Mit ihrem zweiten Roman „Marrying Buddha“ knüpft das chinesische Gegenstück von Carrie Bradshaw und „Sex in the City“ jetzt da an, wo sie mit „Shanghai Baby“ aufgehört hat. Ebenso wie im Leben der Kolumnistin Carrie dreht sich in Cocos Konsumkosmos (auch sie ist Autorin) alles um drei Dinge: Shoppen, Männer und – wie hätte es auch anders sein können – Sex. Und das alles vor einer einzigartigen Lifestyle-Kulisse. Denn Cocos Freunde sind natürlich eben so hip und schrill wie sie selbst. Sei es ihre transsexuelle Freundin Xi’er, die eigentlich Malerin ist und das angesagteste Restaurant Shanghais führt, oder Madonna, eine von der Polizei gesuchte Diva. In Cocos Leben scheint alles ein bisschen aufregender zu sein als bei anderen Leuten.

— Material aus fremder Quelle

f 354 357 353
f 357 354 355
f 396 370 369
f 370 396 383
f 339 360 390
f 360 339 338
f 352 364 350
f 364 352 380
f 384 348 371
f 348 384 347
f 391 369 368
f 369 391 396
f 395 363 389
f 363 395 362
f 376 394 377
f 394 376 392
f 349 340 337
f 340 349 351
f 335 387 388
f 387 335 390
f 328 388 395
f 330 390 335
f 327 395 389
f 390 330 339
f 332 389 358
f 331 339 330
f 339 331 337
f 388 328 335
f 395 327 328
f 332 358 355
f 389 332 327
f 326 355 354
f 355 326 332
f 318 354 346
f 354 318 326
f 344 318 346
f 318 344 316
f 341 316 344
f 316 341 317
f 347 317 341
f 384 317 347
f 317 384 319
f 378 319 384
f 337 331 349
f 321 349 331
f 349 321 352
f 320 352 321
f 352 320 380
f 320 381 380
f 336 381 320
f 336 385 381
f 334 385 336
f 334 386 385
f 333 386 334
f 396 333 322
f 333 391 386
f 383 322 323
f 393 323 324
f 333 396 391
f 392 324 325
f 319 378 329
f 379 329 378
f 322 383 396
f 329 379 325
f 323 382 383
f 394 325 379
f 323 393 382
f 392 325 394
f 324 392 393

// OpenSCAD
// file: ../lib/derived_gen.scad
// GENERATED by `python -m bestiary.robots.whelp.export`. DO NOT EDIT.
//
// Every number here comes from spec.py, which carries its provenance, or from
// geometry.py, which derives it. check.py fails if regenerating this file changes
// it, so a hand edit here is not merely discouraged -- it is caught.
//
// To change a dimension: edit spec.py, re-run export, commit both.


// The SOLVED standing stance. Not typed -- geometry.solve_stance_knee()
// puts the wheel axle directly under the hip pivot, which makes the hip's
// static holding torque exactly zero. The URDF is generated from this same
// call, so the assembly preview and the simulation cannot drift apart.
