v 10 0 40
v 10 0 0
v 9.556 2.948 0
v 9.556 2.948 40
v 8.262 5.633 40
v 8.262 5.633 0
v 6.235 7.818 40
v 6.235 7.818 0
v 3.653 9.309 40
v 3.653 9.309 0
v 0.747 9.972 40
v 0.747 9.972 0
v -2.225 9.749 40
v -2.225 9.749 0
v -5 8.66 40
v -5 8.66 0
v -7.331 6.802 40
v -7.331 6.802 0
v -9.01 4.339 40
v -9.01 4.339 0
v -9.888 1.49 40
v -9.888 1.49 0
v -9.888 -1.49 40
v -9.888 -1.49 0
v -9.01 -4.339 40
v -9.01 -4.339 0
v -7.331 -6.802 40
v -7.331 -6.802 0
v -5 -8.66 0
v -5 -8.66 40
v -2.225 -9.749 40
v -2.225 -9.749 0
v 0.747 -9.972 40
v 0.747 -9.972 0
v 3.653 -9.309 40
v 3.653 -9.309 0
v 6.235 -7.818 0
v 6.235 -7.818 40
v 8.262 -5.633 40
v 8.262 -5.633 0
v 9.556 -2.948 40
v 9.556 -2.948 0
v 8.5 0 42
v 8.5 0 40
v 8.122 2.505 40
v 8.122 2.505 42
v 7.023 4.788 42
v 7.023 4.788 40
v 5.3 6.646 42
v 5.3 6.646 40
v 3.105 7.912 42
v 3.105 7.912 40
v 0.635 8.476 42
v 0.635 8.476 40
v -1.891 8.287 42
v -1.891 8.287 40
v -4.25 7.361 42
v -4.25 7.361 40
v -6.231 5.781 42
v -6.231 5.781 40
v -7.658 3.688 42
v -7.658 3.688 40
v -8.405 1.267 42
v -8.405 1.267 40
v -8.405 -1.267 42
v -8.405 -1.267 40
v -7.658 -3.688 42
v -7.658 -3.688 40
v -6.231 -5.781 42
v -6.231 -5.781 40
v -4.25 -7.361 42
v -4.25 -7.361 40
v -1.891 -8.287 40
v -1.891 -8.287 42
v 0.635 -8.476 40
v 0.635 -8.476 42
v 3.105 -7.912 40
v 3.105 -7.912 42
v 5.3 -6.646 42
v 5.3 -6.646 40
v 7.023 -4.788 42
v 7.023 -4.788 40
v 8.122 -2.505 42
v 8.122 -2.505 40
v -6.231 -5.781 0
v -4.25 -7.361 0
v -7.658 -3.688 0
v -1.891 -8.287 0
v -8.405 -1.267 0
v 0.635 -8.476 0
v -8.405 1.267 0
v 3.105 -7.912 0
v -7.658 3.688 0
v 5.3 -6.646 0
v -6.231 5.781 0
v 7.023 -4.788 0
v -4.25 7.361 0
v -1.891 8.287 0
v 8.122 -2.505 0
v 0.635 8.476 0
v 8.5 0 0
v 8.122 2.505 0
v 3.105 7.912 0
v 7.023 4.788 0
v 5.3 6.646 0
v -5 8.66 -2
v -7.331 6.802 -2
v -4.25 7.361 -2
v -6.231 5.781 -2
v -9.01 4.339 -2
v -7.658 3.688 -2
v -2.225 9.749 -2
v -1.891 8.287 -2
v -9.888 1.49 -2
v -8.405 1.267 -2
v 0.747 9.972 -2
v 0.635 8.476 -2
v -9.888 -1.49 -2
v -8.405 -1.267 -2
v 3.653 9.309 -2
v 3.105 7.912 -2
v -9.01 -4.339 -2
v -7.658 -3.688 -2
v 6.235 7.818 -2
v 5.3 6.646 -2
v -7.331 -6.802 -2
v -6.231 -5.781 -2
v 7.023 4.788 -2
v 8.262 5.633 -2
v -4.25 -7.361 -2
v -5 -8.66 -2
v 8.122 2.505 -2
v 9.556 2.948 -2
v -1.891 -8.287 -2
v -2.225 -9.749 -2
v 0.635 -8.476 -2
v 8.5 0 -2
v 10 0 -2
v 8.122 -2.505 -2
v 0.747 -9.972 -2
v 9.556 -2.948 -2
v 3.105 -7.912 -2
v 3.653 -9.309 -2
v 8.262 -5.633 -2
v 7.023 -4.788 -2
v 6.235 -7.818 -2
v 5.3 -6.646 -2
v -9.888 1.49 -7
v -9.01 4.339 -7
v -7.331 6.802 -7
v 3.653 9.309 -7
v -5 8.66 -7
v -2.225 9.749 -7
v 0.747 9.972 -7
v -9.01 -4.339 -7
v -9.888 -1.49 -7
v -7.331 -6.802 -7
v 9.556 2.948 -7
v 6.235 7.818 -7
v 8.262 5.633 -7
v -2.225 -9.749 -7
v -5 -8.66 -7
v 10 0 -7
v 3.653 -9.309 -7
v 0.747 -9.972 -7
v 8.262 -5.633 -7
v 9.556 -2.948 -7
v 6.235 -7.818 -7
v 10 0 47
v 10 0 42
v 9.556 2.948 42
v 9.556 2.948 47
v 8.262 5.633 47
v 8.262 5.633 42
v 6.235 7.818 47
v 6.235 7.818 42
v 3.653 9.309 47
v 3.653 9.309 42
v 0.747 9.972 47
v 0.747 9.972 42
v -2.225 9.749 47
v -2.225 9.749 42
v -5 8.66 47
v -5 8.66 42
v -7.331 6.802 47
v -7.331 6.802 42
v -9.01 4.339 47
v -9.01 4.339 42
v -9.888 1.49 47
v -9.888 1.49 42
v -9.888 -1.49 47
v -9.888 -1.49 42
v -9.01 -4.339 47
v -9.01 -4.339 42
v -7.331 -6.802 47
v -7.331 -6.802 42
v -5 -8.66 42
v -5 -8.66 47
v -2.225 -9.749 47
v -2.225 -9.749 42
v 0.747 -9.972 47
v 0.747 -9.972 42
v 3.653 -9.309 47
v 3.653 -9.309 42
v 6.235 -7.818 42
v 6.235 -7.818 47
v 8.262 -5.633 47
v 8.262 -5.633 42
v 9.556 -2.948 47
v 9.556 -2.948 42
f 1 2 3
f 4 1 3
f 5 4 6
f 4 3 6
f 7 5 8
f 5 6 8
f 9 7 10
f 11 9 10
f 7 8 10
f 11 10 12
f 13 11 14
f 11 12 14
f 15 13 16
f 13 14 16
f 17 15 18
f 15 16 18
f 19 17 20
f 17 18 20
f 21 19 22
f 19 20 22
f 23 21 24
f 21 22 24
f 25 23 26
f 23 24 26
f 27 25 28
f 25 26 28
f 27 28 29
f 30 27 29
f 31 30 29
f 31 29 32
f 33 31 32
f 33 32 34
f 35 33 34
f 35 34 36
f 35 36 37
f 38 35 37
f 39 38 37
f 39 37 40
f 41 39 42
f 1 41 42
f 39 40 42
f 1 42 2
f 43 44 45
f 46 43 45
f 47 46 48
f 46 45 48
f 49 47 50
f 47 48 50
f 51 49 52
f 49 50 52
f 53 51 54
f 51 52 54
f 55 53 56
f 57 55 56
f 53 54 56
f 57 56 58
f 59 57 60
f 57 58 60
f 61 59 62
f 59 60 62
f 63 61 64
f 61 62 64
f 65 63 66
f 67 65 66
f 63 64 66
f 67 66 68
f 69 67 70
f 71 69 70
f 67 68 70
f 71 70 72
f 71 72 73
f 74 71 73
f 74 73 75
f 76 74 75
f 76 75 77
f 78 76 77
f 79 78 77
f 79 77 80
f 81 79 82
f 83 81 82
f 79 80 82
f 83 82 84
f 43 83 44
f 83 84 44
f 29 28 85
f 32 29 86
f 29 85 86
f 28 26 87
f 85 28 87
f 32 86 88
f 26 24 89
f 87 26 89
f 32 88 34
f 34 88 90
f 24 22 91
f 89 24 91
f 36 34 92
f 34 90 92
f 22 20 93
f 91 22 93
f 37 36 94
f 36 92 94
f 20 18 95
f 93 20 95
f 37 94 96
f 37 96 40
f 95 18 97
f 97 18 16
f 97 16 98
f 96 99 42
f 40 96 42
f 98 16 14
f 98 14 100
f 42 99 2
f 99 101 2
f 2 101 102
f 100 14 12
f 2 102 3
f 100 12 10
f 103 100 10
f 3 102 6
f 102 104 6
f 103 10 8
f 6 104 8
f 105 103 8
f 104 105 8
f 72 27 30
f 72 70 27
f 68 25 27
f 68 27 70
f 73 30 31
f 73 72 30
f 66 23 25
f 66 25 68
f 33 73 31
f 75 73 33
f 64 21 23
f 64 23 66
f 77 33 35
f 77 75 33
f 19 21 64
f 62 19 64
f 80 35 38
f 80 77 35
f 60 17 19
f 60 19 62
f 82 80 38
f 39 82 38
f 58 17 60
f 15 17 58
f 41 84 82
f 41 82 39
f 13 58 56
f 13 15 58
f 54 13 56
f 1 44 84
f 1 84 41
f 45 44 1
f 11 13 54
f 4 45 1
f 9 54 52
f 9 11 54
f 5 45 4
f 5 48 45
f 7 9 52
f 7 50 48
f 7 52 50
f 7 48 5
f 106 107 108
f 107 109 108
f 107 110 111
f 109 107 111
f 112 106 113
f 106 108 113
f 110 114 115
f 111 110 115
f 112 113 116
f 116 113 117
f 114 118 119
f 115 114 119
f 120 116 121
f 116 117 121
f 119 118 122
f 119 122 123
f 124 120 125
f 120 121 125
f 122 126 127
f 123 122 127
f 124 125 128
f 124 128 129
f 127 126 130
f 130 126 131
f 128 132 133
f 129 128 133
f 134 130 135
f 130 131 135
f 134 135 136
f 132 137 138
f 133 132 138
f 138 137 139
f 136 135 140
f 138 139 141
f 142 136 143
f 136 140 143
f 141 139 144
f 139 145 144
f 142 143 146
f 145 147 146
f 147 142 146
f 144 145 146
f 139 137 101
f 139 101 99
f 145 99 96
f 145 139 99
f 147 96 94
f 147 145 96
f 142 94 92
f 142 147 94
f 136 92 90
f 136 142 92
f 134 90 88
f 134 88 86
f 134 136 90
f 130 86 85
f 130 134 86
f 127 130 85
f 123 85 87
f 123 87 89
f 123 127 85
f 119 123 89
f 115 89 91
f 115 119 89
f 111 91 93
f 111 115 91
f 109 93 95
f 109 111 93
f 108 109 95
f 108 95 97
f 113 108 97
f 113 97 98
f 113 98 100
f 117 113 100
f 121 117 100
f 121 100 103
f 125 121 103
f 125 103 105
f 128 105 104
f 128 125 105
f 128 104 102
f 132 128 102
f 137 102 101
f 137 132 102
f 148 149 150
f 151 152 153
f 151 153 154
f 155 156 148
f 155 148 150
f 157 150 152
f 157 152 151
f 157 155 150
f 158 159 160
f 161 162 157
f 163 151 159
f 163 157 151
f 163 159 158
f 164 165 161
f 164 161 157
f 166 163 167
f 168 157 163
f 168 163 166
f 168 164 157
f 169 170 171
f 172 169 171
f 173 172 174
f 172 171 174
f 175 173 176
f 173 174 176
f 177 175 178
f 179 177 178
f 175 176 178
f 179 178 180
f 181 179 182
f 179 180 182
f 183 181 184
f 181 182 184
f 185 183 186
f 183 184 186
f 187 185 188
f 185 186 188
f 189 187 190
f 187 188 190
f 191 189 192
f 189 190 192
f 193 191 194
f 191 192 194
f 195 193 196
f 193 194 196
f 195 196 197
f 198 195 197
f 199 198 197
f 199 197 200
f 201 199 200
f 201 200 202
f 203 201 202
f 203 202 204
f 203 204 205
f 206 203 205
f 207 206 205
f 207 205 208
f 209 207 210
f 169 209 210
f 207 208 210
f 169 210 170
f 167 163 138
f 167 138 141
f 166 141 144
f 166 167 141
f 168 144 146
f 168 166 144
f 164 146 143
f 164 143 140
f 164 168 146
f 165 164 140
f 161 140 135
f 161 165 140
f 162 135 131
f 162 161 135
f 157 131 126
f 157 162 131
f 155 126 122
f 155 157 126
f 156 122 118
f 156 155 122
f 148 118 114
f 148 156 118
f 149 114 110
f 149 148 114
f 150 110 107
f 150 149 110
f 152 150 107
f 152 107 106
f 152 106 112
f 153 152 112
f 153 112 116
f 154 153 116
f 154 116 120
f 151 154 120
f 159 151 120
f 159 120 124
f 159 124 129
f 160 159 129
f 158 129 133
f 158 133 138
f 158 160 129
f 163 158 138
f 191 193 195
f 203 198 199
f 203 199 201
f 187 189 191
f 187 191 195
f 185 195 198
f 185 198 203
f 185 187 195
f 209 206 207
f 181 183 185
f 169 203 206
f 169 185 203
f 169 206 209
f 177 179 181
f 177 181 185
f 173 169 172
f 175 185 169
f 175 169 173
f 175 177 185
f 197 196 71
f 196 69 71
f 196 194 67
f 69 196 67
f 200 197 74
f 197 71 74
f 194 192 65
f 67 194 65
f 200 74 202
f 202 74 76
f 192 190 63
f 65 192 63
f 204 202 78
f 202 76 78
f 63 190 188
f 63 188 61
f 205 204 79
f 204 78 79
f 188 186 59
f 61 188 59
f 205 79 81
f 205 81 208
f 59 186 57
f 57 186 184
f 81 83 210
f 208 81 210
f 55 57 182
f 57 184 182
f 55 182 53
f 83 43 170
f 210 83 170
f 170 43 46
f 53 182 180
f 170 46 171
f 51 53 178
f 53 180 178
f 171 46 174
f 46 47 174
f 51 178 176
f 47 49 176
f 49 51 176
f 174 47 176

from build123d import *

# Parameters (mm, degrees)
SKETCH1_R           = 10
BOSS_EXTRUDE1_DEPTH = 40
SKETCH2_R           = 8.5
BOSS_EXTRUDE2_DEPTH = 2
SKETCH4_R           = 10
BOSS_EXTRUDE3_DEPTH = 5
BOSS_EXTRUDE4_START = 2
SKETCH5_R           = 8.5
BOSS_EXTRUDE4_DEPTH = 2
BOSS_EXTRUDE5_START = 5
SKETCH6_R           = 10
BOSS_EXTRUDE5_DEPTH = 5


with BuildPart() as part:
    # Sketch1 → Boss-Extrude1 (new body)
    with BuildSketch(Plane.XY):
        Circle(SKETCH1_R)
    extrude(amount=BOSS_EXTRUDE1_DEPTH)

    # Sketch2 → Boss-Extrude2 (add)
    with BuildSketch(Plane.XY.offset(40)):
        Circle(SKETCH2_R)
    extrude(amount=BOSS_EXTRUDE2_DEPTH)

    # Sketch4 → Boss-Extrude3 (add)
    with BuildSketch(Plane.XY.offset(42)):
        Circle(SKETCH4_R)
    extrude(amount=BOSS_EXTRUDE3_DEPTH)

    # Sketch5 → Boss-Extrude4 (add)
    with BuildSketch(Plane(origin=(0, 0, 0), x_dir=(-1, 0, 0), z_dir=(0, 0, -1)).offset(BOSS_EXTRUDE4_START)):
        with Locations(Location((0, 0, 0), (0, 0, 180))):
            Circle(SKETCH5_R)
    extrude(amount=-BOSS_EXTRUDE4_DEPTH)

    # Sketch6 → Boss-Extrude5 (add)
    with BuildSketch(Plane(origin=(0, 0, -2), x_dir=(-1, 0, 0), z_dir=(0, 0, -1)).offset(BOSS_EXTRUDE5_START)):
        with Locations(Location((0, 0, 0), (0, 0, 180))):
            Circle(SKETCH6_R)
    extrude(amount=-BOSS_EXTRUDE5_DEPTH)


solid = part.part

Und weil New York eine der angesagtesten Metropolen ist, beschließt Coco, den Big Apple zu erobern. Anstatt sich jedoch allein um ihre Karriere zu kümmern, verliebt sie sich in Muju, einen galanten, zurückhaltenden Japaner. Alles scheint perfekt, bis der reiche Amerikaner Nick in Cocos Leben tritt und die Beziehung zu Mojo zu zerbrechen droht...
Wei Huis biographisch geprägter Roman ist vor allem kurzweilige Unterhaltung. Obwohl die Autorin gesellschaftlich mehr als kontrovers diskutiert wurde, sucht der Leser vergeblich nach politischen Aussagen. Schade eigentlich.
„Marrying Buddha“ ist im Ullstein Verlag erschienen und kostet 18 Euro.